Priceline’s pending $1.8 billion acquisition of Kayak may have come as a shock to most of the travel industry, but Priceline and Kayak conducted high-level discussions about it “from time to time over the past few years.”
Details about how the deal went down emerged today in a Priceline financial disclosure.
In a lengthy section of the document entitled “Background of the Merger,” Priceline outlines how none of those prior discussions over the years led to a detailed acquisition proposal, and each time the Kayak’s board decided to continue on its path toward an IPO.
Priceline also lays out a blow-by-blow account of how the ultimately successful round of talks, which began in earnest on March 8, 2012, progressed and culminated with execution of the agreement after a Kayak board meeting on November 8, 2012.
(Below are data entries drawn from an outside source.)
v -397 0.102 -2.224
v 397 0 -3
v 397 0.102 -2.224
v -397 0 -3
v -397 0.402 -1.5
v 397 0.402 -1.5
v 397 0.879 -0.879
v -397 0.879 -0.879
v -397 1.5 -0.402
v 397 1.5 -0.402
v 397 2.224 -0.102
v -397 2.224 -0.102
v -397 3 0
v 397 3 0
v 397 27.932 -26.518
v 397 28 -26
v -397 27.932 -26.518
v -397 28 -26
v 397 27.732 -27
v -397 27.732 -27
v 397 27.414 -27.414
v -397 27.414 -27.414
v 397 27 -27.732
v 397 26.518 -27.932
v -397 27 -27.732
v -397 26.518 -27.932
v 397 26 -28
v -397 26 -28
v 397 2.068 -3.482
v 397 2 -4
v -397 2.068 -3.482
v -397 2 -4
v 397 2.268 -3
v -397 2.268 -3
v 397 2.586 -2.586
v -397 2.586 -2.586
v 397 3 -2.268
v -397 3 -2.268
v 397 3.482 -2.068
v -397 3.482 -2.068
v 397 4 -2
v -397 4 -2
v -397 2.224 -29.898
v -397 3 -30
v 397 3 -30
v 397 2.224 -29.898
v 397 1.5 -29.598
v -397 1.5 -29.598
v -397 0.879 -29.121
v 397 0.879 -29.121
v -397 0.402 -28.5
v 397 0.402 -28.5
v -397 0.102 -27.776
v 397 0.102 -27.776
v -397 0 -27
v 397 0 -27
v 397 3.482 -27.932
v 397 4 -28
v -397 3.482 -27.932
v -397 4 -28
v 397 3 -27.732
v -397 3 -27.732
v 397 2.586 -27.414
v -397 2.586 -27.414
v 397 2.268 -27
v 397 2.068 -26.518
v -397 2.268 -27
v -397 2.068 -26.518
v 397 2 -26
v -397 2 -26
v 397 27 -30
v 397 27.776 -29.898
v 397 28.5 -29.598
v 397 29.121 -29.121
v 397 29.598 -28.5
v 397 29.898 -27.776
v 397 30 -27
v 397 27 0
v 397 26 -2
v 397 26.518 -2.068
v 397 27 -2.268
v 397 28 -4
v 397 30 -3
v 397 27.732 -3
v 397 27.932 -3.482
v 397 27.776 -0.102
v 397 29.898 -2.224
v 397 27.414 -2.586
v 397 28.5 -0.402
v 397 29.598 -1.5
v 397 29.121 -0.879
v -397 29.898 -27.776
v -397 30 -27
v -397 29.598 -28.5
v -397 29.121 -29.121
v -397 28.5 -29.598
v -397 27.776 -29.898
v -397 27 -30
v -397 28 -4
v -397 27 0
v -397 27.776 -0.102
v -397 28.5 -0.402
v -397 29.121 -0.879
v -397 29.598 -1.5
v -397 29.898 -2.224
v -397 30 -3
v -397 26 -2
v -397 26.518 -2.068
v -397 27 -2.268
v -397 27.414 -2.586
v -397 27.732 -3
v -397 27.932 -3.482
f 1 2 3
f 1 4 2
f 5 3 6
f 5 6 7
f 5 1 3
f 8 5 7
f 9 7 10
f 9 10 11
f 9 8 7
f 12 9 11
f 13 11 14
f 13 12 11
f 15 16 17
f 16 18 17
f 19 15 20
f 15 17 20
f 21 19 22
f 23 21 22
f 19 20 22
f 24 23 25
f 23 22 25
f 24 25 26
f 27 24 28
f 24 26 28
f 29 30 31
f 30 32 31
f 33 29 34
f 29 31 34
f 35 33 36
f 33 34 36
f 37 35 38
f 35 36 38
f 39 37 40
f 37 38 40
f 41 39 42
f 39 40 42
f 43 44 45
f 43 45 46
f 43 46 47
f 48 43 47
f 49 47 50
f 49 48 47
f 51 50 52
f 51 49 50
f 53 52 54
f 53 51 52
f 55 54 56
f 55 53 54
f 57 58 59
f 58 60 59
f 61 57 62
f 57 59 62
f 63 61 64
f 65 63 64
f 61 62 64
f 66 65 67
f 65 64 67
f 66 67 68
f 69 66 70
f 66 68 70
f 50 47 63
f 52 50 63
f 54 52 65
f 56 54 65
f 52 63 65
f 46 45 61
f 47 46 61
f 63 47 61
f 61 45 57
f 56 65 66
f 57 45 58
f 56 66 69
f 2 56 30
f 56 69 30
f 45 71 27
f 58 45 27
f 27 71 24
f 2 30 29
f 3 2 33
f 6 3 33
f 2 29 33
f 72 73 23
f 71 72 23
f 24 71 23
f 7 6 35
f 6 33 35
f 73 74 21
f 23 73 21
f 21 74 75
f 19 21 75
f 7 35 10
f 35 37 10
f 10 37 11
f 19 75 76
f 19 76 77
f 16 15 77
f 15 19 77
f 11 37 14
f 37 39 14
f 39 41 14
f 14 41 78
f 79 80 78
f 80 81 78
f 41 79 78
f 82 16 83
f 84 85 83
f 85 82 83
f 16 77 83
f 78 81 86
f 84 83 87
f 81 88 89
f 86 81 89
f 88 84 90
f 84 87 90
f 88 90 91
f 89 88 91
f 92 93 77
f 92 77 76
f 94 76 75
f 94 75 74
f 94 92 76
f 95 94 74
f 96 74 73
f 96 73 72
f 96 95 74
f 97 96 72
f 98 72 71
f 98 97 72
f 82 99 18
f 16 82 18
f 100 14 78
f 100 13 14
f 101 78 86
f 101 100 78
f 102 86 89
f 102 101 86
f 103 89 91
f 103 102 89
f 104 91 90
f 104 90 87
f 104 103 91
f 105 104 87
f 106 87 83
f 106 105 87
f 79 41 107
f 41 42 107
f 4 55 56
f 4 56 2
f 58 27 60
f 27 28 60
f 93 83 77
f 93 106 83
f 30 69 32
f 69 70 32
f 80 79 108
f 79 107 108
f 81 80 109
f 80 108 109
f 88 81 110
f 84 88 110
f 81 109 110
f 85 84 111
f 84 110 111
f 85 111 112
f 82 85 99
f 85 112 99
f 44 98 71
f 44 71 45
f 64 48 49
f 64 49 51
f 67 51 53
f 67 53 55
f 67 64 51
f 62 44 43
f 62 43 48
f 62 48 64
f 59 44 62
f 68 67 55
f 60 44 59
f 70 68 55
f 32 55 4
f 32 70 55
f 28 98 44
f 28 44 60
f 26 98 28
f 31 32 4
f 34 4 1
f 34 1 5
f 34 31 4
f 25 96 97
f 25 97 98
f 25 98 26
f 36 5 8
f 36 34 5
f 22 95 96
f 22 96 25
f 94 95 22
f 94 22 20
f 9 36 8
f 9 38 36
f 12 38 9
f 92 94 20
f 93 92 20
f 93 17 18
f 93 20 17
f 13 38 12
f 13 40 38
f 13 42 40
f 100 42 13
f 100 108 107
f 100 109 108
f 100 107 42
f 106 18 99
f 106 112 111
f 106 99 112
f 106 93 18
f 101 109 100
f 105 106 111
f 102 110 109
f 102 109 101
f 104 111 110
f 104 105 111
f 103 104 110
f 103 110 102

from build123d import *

# Parameters (mm, degrees)
EXTRUDE_1_DEPTH = 397


with BuildPart() as part:
    # Эскиз1 → Бобышка-Вытянуть1 (new body)
    with BuildSketch(Plane(origin=(0, 0, 0), x_dir=(0, 0, -1), z_dir=(1, 0, 0))):
        with BuildLine():
            Line((3, 30), (27, 30))
            ThreePointArc((27, 30), (29.121320344, 29.121320344), (30, 27))
            Line((30, 27), (30, 3))
            ThreePointArc((30, 3), (29.121320344, 0.878679656), (27, 0))
            Line((27, 0), (3, 0))
            ThreePointArc((3, 0), (0.878679656, 0.878679656), (0, 3))
            Line((0, 3), (0, 27))
            ThreePointArc((0, 27), (0.878679656, 29.121320344), (3, 30))
        make_face()
        with BuildLine():
            Line((4, 28), (26, 28))
            ThreePointArc((26, 28), (27.414213562, 27.414213562), (28, 26))
            Line((28, 26), (28, 4))
            ThreePointArc((28, 4), (27.414213562, 2.585786438), (26, 2))
            Line((26, 2), (4, 2))
            ThreePointArc((4, 2), (2.585786438, 2.585786438), (2, 4))
            Line((2, 4), (2, 26))
            ThreePointArc((2, 26), (2.585786438, 27.414213562), (4, 28))
        make_face(mode=Mode.SUBTRACT)
    extrude(amount=-EXTRUDE_1_DEPTH)

    # Зеркальное отражение2: part across plane


with BuildPart() as part_1:
    add(part.part)
    add(part.part.mirror(Plane(origin=(0, 3, -3), x_dir=(0, 0, 1), z_dir=(1, 0, 0))))


solid = part_1.part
In addition to the back-and-forth about an acceptable acquisition price, one interesting aspect of the chronology is that in mid-September Kayak CEO Stephen Hafner approached the head of corporate development at “Company X” to see if it would be interested in a business combination with Kayak, according to Priceline. Priceline states:
The president and chief executive officer of Company X indicated that there was no interest on the part of Company X in discussing a potential business combination with KAYAK.
Kayak executed its IPO on July 20, 2012.
But, why did Kayak proceed with it when its latest round of discussions with Priceline began on March 8, and were followed by three “conceptual discussions” between Priceline CEO Jeffery Boyd and Hafner in June and early July? Priceline states:
Mr. Boyd informed Mr. Hafner that priceline.com would not be able to negotiate a potential business combination before KAYAK’s anticipated closing of its initial public offering due to the level of analysis and the time required. Accordingly, Mr. Boyd informed Mr. Hafner that priceline.com may be in touch regarding a potential business combination at a future date. As a result of these conversations, the parties agreed not to proceed with discussions about a transaction.
The talks resumed in late August when Priceline offered Kayak $35 per share, and Kayak insisted eventually that the acquisition price would have to be at least $40 per share.
In other morsels in Priceline’s Securities and Exchange Commission filing, the online travel agency discloses that under certain circumstances Kayak could terminate the agreement if it receives a superior offer and pays Priceline a $52.7 million termination fee. Kayak, however, is barred from soliciting new acquisition offers.